Once again, we seem to be heading into our state Spring Convention in a contentious mode, divided again at a time when the General Assembly session is reaching its climax. This is shaping up a lot like last spring’s National Committeewoman contest between Ambrose and Audrey Scott, with some of the same battle lines being drawn between various factions and subsets of the party. Waterman was a Scott supporter last spring while many in the reformer wing (including this writer) supported Ambrose for the post. In this spring’s race, though, loyalties on the “outsider” side may be split between two contenders, Greg Kine and Collins Bailey.
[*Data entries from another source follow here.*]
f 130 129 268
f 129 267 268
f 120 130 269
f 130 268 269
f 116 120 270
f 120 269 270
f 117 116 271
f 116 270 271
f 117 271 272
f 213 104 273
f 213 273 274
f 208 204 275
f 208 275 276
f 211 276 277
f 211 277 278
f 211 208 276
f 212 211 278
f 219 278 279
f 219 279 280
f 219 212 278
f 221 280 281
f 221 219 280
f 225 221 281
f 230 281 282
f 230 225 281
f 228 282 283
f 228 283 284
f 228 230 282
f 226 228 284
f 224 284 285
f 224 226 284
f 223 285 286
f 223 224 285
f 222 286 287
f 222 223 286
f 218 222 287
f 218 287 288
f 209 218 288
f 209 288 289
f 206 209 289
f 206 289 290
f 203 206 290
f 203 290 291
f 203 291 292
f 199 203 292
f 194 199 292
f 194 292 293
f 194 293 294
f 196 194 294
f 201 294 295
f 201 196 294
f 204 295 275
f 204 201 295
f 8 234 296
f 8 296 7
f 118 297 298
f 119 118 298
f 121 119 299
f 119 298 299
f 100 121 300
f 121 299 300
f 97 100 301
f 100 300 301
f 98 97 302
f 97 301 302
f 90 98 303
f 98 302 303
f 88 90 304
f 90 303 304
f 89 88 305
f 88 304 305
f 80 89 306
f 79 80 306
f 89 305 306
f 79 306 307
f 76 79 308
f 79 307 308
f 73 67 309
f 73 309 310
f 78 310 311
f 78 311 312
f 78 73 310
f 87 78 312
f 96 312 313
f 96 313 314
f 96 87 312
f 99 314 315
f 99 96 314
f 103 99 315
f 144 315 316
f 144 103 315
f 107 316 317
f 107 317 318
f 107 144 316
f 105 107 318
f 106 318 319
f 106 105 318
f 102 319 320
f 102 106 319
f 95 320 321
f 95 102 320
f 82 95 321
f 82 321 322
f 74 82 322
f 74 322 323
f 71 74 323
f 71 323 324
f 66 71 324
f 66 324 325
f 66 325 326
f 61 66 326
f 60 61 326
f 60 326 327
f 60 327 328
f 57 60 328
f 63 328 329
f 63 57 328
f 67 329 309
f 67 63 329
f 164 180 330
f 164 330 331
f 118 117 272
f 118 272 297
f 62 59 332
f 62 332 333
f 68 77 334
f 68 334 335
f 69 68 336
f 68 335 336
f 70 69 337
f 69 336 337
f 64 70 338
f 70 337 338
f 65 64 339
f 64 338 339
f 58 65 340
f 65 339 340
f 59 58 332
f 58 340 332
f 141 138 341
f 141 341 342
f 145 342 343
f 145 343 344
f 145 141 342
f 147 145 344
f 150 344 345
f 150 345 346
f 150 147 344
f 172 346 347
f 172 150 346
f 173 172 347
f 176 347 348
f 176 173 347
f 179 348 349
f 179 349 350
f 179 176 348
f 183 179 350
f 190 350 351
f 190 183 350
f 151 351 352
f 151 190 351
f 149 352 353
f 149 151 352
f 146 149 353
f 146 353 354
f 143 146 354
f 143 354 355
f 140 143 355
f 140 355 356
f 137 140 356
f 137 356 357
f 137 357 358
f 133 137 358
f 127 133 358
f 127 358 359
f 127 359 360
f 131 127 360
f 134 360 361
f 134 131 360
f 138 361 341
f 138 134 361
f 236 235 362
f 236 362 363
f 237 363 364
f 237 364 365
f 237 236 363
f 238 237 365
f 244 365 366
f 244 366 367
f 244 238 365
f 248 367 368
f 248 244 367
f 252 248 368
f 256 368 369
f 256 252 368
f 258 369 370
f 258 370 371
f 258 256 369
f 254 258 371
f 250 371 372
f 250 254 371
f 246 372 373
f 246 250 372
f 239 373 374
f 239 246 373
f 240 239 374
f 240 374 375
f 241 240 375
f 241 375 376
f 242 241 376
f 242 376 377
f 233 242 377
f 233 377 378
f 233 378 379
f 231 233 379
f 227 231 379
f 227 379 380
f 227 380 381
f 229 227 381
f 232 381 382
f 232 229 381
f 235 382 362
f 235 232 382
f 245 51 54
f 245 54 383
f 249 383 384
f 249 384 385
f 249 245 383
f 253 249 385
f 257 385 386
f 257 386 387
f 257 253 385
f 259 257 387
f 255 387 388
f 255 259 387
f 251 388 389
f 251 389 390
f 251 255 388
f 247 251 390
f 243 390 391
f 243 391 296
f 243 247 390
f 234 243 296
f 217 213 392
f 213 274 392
Meanwhile, as we chase Martin O’Malley around the country, House Democrats pass yet another of MOM’s pet tax increases – without a single GOP vote, by the way. As we discuss the election of the chair and the future of the party, an interim chair makes a decision of dubious legality at a time when the person in question was making an attempt to reform the national party and restore the power of the grassroots to the national level.
In my original version of this post, I noted I had not yet spoken with Diana Waterman; however, I did speak to her briefly and candidly earlier tonight at the Wicomico County Lincoln Day Dinner.
In essence, Waterman told me the reasons she selected Louis Pope to be on the Rules Committee were simple: his experience in the national party on that committee and the length of tenure. It was a matter of “continuity,” Diana said. From what I gathered, she wanted Nicolee to focus on other aspects in the state party.
While I can understand the reasoning behind the decision, it doesn’t mean I agree with it and I told her as much. Others who I spoke with about the situation felt that Diana was pushed by people at the national level to make the change, since one of Alex Mooney’s final acts was to place Nicolee on the Rules Committee. This confusion and abrupt change could also lead to a problem with credentials at the upcoming RNC meeting, with other states becoming involved.
My thought is that someone doesn’t like the idea of revisiting the rules adopted at last summer’s convention, an effort spearheaded by Ambrose. There is supposed to be discussion about these rules next month at the RNC spring meeting, and who better to keep the status quo than Louis Pope?